B.LA: So it’s sort of like getting people to think more strategically about how to live in environmentally-friendly ways…
gLAg: Well, and I think making the small changes really becomes a catalyst to thinking about your life more holistically. Say your commute gets a little bit longer because you take the bus—that can be a great catalyst for you to consider, “well maybe I should change where work is,” or “maybe I should change where home is.” Things you never would have considered when you owned a car, or when you drive a car.
B.LA: I know you’ve been active in the blogging community, not just here in LA but throughout the US with involvement in BlogHer, WordCamp, and other blogging-related activities. Based on the breadth of your experience, what observations would you make about the blogging community in Los Angeles?

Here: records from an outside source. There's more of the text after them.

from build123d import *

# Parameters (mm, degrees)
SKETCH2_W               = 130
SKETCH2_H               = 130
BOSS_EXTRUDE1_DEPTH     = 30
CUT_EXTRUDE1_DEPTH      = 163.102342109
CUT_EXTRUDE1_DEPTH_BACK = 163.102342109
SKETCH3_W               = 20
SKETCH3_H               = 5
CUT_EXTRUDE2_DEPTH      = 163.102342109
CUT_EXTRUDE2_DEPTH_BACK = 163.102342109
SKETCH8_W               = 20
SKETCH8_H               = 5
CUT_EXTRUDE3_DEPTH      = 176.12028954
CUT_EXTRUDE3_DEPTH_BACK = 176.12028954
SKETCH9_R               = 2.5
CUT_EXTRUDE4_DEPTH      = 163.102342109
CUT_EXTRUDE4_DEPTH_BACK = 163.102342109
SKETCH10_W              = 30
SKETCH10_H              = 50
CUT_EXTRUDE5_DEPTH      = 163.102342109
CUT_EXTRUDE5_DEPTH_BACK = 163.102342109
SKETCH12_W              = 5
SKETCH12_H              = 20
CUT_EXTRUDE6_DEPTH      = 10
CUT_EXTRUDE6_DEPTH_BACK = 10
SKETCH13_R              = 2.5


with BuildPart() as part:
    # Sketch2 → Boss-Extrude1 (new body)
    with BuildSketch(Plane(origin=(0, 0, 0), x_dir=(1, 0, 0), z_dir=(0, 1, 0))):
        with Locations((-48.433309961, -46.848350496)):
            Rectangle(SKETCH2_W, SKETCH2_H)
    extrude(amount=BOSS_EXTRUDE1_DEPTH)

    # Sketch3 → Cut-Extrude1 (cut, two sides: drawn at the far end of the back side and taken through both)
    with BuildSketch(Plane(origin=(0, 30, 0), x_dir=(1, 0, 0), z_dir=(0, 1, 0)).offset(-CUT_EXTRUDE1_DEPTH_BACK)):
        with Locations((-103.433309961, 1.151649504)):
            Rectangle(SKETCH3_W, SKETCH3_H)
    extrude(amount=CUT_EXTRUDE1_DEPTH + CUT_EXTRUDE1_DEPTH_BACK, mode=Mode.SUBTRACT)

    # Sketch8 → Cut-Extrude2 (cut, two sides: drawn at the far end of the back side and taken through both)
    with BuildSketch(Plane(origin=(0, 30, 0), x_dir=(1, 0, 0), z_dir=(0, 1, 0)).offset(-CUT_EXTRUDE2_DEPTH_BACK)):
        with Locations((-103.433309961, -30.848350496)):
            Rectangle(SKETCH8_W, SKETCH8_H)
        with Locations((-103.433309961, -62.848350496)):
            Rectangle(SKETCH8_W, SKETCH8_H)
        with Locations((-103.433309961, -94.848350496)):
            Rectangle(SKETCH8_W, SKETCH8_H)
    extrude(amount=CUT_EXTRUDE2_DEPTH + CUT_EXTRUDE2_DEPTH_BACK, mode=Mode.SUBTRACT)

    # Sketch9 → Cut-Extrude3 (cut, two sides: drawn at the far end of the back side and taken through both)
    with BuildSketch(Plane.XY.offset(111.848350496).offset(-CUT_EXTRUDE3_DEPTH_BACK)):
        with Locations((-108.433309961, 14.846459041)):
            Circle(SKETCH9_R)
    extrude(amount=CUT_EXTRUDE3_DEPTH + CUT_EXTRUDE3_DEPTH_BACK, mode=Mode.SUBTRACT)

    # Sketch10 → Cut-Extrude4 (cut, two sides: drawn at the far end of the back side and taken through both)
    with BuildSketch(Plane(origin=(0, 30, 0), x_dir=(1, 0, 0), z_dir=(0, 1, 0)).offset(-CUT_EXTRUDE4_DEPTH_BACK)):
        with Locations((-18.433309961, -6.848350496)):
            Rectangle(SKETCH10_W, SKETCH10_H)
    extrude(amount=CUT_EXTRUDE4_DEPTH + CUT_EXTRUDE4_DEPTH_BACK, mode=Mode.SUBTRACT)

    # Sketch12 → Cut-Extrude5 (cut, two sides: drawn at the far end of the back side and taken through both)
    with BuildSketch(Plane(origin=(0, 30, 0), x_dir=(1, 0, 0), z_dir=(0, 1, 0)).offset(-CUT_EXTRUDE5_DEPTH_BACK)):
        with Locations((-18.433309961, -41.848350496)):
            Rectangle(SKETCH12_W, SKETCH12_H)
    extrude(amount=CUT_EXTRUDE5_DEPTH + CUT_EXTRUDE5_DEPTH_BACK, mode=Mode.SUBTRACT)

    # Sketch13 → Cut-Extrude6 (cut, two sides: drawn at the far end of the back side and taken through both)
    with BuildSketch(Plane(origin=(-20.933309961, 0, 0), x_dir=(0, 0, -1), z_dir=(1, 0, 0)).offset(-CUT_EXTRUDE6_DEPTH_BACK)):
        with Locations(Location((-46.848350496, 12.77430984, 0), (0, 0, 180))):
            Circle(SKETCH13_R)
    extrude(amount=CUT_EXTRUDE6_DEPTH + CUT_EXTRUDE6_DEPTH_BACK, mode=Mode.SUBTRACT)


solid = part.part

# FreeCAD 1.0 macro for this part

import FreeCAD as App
import Part
import Sketcher

V = App.Vector
Q = App.Units.Quantity

doc = App.newDocument("Part")
body = doc.addObject("PartDesign::Body", "Body")

sketch1 = body.newObject("Sketcher::SketchObject", "Sketch")
sketch1.AttachmentSupport = (doc.getObject("XZ_Plane"), [""])
sketch1.MapMode = "FlatFace"
sketch1.addGeometry([
    Part.LineSegment(V(-113, -18, 0), V(-113, 112, 0)),
    Part.LineSegment(V(-113, 112, 0), V(17, 112, 0)),
    Part.LineSegment(V(17, 112, 0), V(17, -18, 0)),
    Part.LineSegment(V(17, -18, 0), V(-113, -18, 0)),
], False)
sketch1.addConstraint([
    Sketcher.Constraint("Coincident", 0, 2, 1, 1),
    Sketcher.Constraint("Coincident", 1, 2, 2, 1),
    Sketcher.Constraint("Coincident", 2, 2, 3, 1),
    Sketcher.Constraint("Coincident", 3, 2, 0, 1),
    Sketcher.Constraint("Vertical", 0),
    Sketcher.Constraint("Horizontal", 1),
    Sketcher.Constraint("Vertical", 2),
    Sketcher.Constraint("Horizontal", 3),
    Sketcher.Constraint("Equal", 3, 0),
    Sketcher.Constraint("DistanceX", 1, 1, 1, 2, Q("130 mm")),
    Sketcher.Constraint("DistanceX", 0, 2, -1, 1, Q("113.43331 mm")),
    Sketcher.Constraint("DistanceY", -1, 1, 0, 2, Q("111.84835 mm")),
])
pad1 = body.newObject("PartDesign::Pad", "Pad")
pad1.Profile = sketch1
pad1.Length = 30
pad1.Reversed = True

sketch2 = body.newObject("Sketcher::SketchObject", "Sketch001")
sketch2.AttachmentSupport = (doc.getObject("XZ_Plane"), [""])
sketch2.MapMode = "FlatFace"
sketch2.AttachmentOffset = App.Placement(V(0, 0, -30), App.Rotation())
sketch2.addGeometry([
    Part.LineSegment(V(-113, -4, 0), V(-113, 1, 0)),
    Part.LineSegment(V(-113, 1, 0), V(-93, 1, 0)),
    Part.LineSegment(V(-93, 1, 0), V(-93, -4, 0)),
    Part.LineSegment(V(-93, -4, 0), V(-113, -4, 0)),
], False)
sketch2.addConstraint([
    Sketcher.Constraint("Coincident", 0, 2, 1, 1),
    Sketcher.Constraint("Coincident", 1, 2, 2, 1),
    Sketcher.Constraint("Coincident", 2, 2, 3, 1),
    Sketcher.Constraint("Coincident", 3, 2, 0, 1),
    Sketcher.Constraint("Vertical", 0),
    Sketcher.Constraint("Horizontal", 1),
    Sketcher.Constraint("Vertical", 2),
    Sketcher.Constraint("Horizontal", 3),
    Sketcher.Constraint("DistanceX", 1, 1, 1, 2, Q("20 mm")),
    Sketcher.Constraint("DistanceY", 0, 1, 0, 2, Q("5 mm")),
    Sketcher.Constraint("DistanceX", 0, 2, -1, 1, Q("113.43331 mm")),
    Sketcher.Constraint("DistanceY", -1, 1, 0, 2, Q("1.34835 mm")),
])
pocket1 = body.newObject("PartDesign::Pocket", "Pocket")
pocket1.Profile = sketch2
pocket1.Type = "ThroughAll"
pocket1.Midplane = True

sketch3 = body.newObject("Sketcher::SketchObject", "Sketch002")
sketch3.AttachmentSupport = (doc.getObject("XZ_Plane"), [""])
sketch3.MapMode = "FlatFace"
sketch3.AttachmentOffset = App.Placement(V(0, 0, -30), App.Rotation())
sketch3.addGeometry([
    Part.LineSegment(V(-113.4, 28.3, 0), V(-113.4, 33.3, 0)),
    Part.LineSegment(V(-113.4, 33.3, 0), V(-93.4, 33.3, 0)),
    Part.LineSegment(V(-93.4, 33.3, 0), V(-93.4, 28.3, 0)),
    Part.LineSegment(V(-93.4, 28.3, 0), V(-113.4, 28.3, 0)),
    Part.LineSegment(V(-113.4, 60.3, 0), V(-113.4, 65.3, 0)),
    Part.LineSegment(V(-113.4, 65.3, 0), V(-93.4, 65.3, 0)),
    Part.LineSegment(V(-93.4, 65.3, 0), V(-93.4, 60.3, 0)),
    Part.LineSegment(V(-93.4, 60.3, 0), V(-113.4, 60.3, 0)),
    Part.LineSegment(V(-113.4, 92.3, 0), V(-113.4, 97.3, 0)),
    Part.LineSegment(V(-113.4, 97.3, 0), V(-93.4, 97.3, 0)),
    Part.LineSegment(V(-93.4, 97.3, 0), V(-93.4, 92.3, 0)),
    Part.LineSegment(V(-93.4, 92.3, 0), V(-113.4, 92.3, 0)),
], False)
sketch3.addConstraint([
    Sketcher.Constraint("Coincident", 0, 2, 1, 1),
    Sketcher.Constraint("Coincident", 1, 2, 2, 1),
    Sketcher.Constraint("Coincident", 2, 2, 3, 1),
    Sketcher.Constraint("Coincident", 3, 2, 0, 1),
    Sketcher.Constraint("Coincident", 4, 2, 5, 1),
    Sketcher.Constraint("Coincident", 5, 2, 6, 1),
    Sketcher.Constraint("Coincident", 6, 2, 7, 1),
    Sketcher.Constraint("Coincident", 7, 2, 4, 1),
    Sketcher.Constraint("Coincident", 8, 2, 9, 1),
    Sketcher.Constraint("Coincident", 9, 2, 10, 1),
    Sketcher.Constraint("Coincident", 10, 2, 11, 1),
    Sketcher.Constraint("Coincident", 11, 2, 8, 1),
    Sketcher.Constraint("Vertical", 0),
    Sketcher.Constraint("Horizontal", 1),
    Sketcher.Constraint("Vertical", 2),
    Sketcher.Constraint("Horizontal", 3),
    Sketcher.Constraint("Vertical", 4),
    Sketcher.Constraint("Horizontal", 5),
    Sketcher.Constraint("Vertical", 6),
    Sketcher.Constraint("Horizontal", 7),
    Sketcher.Constraint("Vertical", 8),
    Sketcher.Constraint("Horizontal", 9),
    Sketcher.Constraint("Vertical", 10),
    Sketcher.Constraint("Horizontal", 11),
    Sketcher.Constraint("Vertical", 3, 2, 4, 2),
    Sketcher.Constraint("Vertical", 2, 2, 5, 2),
    Sketcher.Constraint("Vertical", 7, 2, 8, 2),
    Sketcher.Constraint("Vertical", 6, 2, 9, 2),
    Sketcher.Constraint("Equal", 2, 4),
    Sketcher.Constraint("Equal", 6, 8),
    Sketcher.Constraint("DistanceX", 1, 1, 1, 2, Q("20 mm")),
    Sketcher.Constraint("DistanceY", 0, 1, 0, 2, Q("5 mm")),
    Sketcher.Constraint("DistanceY", 0, 2, 4, 2, Q("32 mm")),
    Sketcher.Constraint("DistanceY", 4, 2, 8, 2, Q("32 mm")),
    Sketcher.Constraint("DistanceX", 0, 2, -1, 1, Q("113.43331 mm")),
    Sketcher.Constraint("DistanceY", -1, 1, 0, 2, Q("33.34835 mm")),
])
pocket2 = body.newObject("PartDesign::Pocket", "Pocket001")
pocket2.Profile = sketch3
pocket2.Type = "ThroughAll"
pocket2.Midplane = True

sketch4 = body.newObject("Sketcher::SketchObject", "Sketch003")
sketch4.AttachmentSupport = (doc.getObject("XY_Plane"), [""])
sketch4.MapMode = "FlatFace"
sketch4.AttachmentOffset = App.Placement(V(0, 0, 111.84835), App.Rotation())
sketch4.addGeometry(Part.Circle(V(-108.4, 14.8, 0), V(0, 0, 1), 2.5), False)
sketch4.addConstraint([
    Sketcher.Constraint("Diameter", 0, Q("5 mm")),
    Sketcher.Constraint("DistanceX", 0, 3, -1, 1, Q("108.43331 mm")),
    Sketcher.Constraint("DistanceY", -1, 1, 0, 3, Q("14.846459 mm")),
])
pocket3 = body.newObject("PartDesign::Pocket", "Pocket002")
pocket3.Profile = sketch4
pocket3.Type = "ThroughAll"
pocket3.Midplane = True

sketch5 = body.newObject("Sketcher::SketchObject", "Sketch004")
sketch5.AttachmentSupport = (doc.getObject("XZ_Plane"), [""])
sketch5.MapMode = "FlatFace"
sketch5.AttachmentOffset = App.Placement(V(0, 0, -30), App.Rotation())
sketch5.addGeometry([
    Part.LineSegment(V(-33, -18, 0), V(-33, 32, 0)),
    Part.LineSegment(V(-33, 32, 0), V(-3, 32, 0)),
    Part.LineSegment(V(-3, 32, 0), V(-3, -18, 0)),
    Part.LineSegment(V(-3, -18, 0), V(-33, -18, 0)),
], False)
sketch5.addConstraint([
    Sketcher.Constraint("Coincident", 0, 2, 1, 1),
    Sketcher.Constraint("Coincident", 1, 2, 2, 1),
    Sketcher.Constraint("Coincident", 2, 2, 3, 1),
    Sketcher.Constraint("Coincident", 3, 2, 0, 1),
    Sketcher.Constraint("Vertical", 0),
    Sketcher.Constraint("Horizontal", 1),
    Sketcher.Constraint("Vertical", 2),
    Sketcher.Constraint("Horizontal", 3),
    Sketcher.Constraint("DistanceX", 1, 1, 1, 2, Q("30 mm")),
    Sketcher.Constraint("DistanceY", 0, 1, 0, 2, Q("50 mm")),
    Sketcher.Constraint("DistanceX", 0, 2, -1, 1, Q("33.43331 mm")),
    Sketcher.Constraint("DistanceY", -1, 1, 0, 2, Q("31.84835 mm")),
])
pocket4 = body.newObject("PartDesign::Pocket", "Pocket003")
pocket4.Profile = sketch5
pocket4.Type = "ThroughAll"
pocket4.Midplane = True

sketch6 = body.newObject("Sketcher::SketchObject", "Sketch005")
sketch6.AttachmentSupport = (doc.getObject("XZ_Plane"), [""])
sketch6.MapMode = "FlatFace"
sketch6.AttachmentOffset = App.Placement(V(0, 0, -30), App.Rotation())
sketch6.addGeometry([
    Part.LineSegment(V(-20.9, 31.8, 0), V(-20.9, 51.8, 0)),
    Part.LineSegment(V(-20.9, 51.8, 0), V(-15.9, 51.8, 0)),
    Part.LineSegment(V(-15.9, 51.8, 0), V(-15.9, 31.8, 0)),
    Part.LineSegment(V(-15.9, 31.8, 0), V(-20.9, 31.8, 0)),
], False)
sketch6.addConstraint([
    Sketcher.Constraint("Coincident", 0, 2, 1, 1),
    Sketcher.Constraint("Coincident", 1, 2, 2, 1),
    Sketcher.Constraint("Coincident", 2, 2, 3, 1),
    Sketcher.Constraint("Coincident", 3, 2, 0, 1),
    Sketcher.Constraint("Vertical", 0),
    Sketcher.Constraint("Horizontal", 1),
    Sketcher.Constraint("Vertical", 2),
    Sketcher.Constraint("Horizontal", 3),
    Sketcher.Constraint("DistanceX", 1, 1, 1, 2, Q("5 mm")),
    Sketcher.Constraint("DistanceY", 0, 1, 0, 2, Q("20 mm")),
    Sketcher.Constraint("DistanceX", 0, 2, -1, 1, Q("20.93331 mm")),
    Sketcher.Constraint("DistanceY", -1, 1, 0, 2, Q("51.84835 mm")),
])
pocket5 = body.newObject("PartDesign::Pocket", "Pocket004")
pocket5.Profile = sketch6
pocket5.Type = "ThroughAll"
pocket5.Midplane = True

sketch7 = body.newObject("Sketcher::SketchObject", "Sketch006")
sketch7.AttachmentSupport = (doc.getObject("YZ_Plane"), [""])
sketch7.MapMode = "FlatFace"
sketch7.AttachmentOffset = App.Placement(V(0, 0, -20.93331), App.Rotation())
sketch7.addGeometry(Part.Circle(V(12.8, 46.8, 0), V(0, 0, 1), 2.5), False)
sketch7.addConstraint([
    Sketcher.Constraint("Diameter", 0, Q("5 mm")),
    Sketcher.Constraint("DistanceX", -1, 1, 0, 3, Q("12.77431 mm")),
    Sketcher.Constraint("DistanceY", -1, 1, 0, 3, Q("46.84835 mm")),
])
pocket6 = body.newObject("PartDesign::Pocket", "Pocket005")
pocket6.Profile = sketch7
pocket6.Type = "TwoLengths"
pocket6.Length = 10
pocket6.Length2 = 10
pocket6.Reversed = True

doc.recompute()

gLAg: Wow… I’m not sure. Because I’m not sure of the blogging communities in other places, I’m not sure that I can necessarily compare/contrast to other cities. I do think the blogging community in LA tends to reflect the geography of LA itself. There will be bloggers I see a lot, and bloggers I see extremely rarely. And there are bloggers along specific topics I see a lot that don’t necessarily co-mingle. I think that’s sort of the reason I like events like Blogger Prom. As commercialized as it is, it’s a fun place for me to see a whole lot of other bloggers that I may not run into, but who I may have read about, whose work I may have read online. Or, whose work I may be interested in covering. I sort of wish there were more events like that. I feel like there were a few other mixers that have happened, but there haven’t been that many. And there are blogging-related parties all the time, but not so many that are inclusive of all types of bloggers.
B.LA: That’s a good thought—Blogger Prom is great, but more is always better.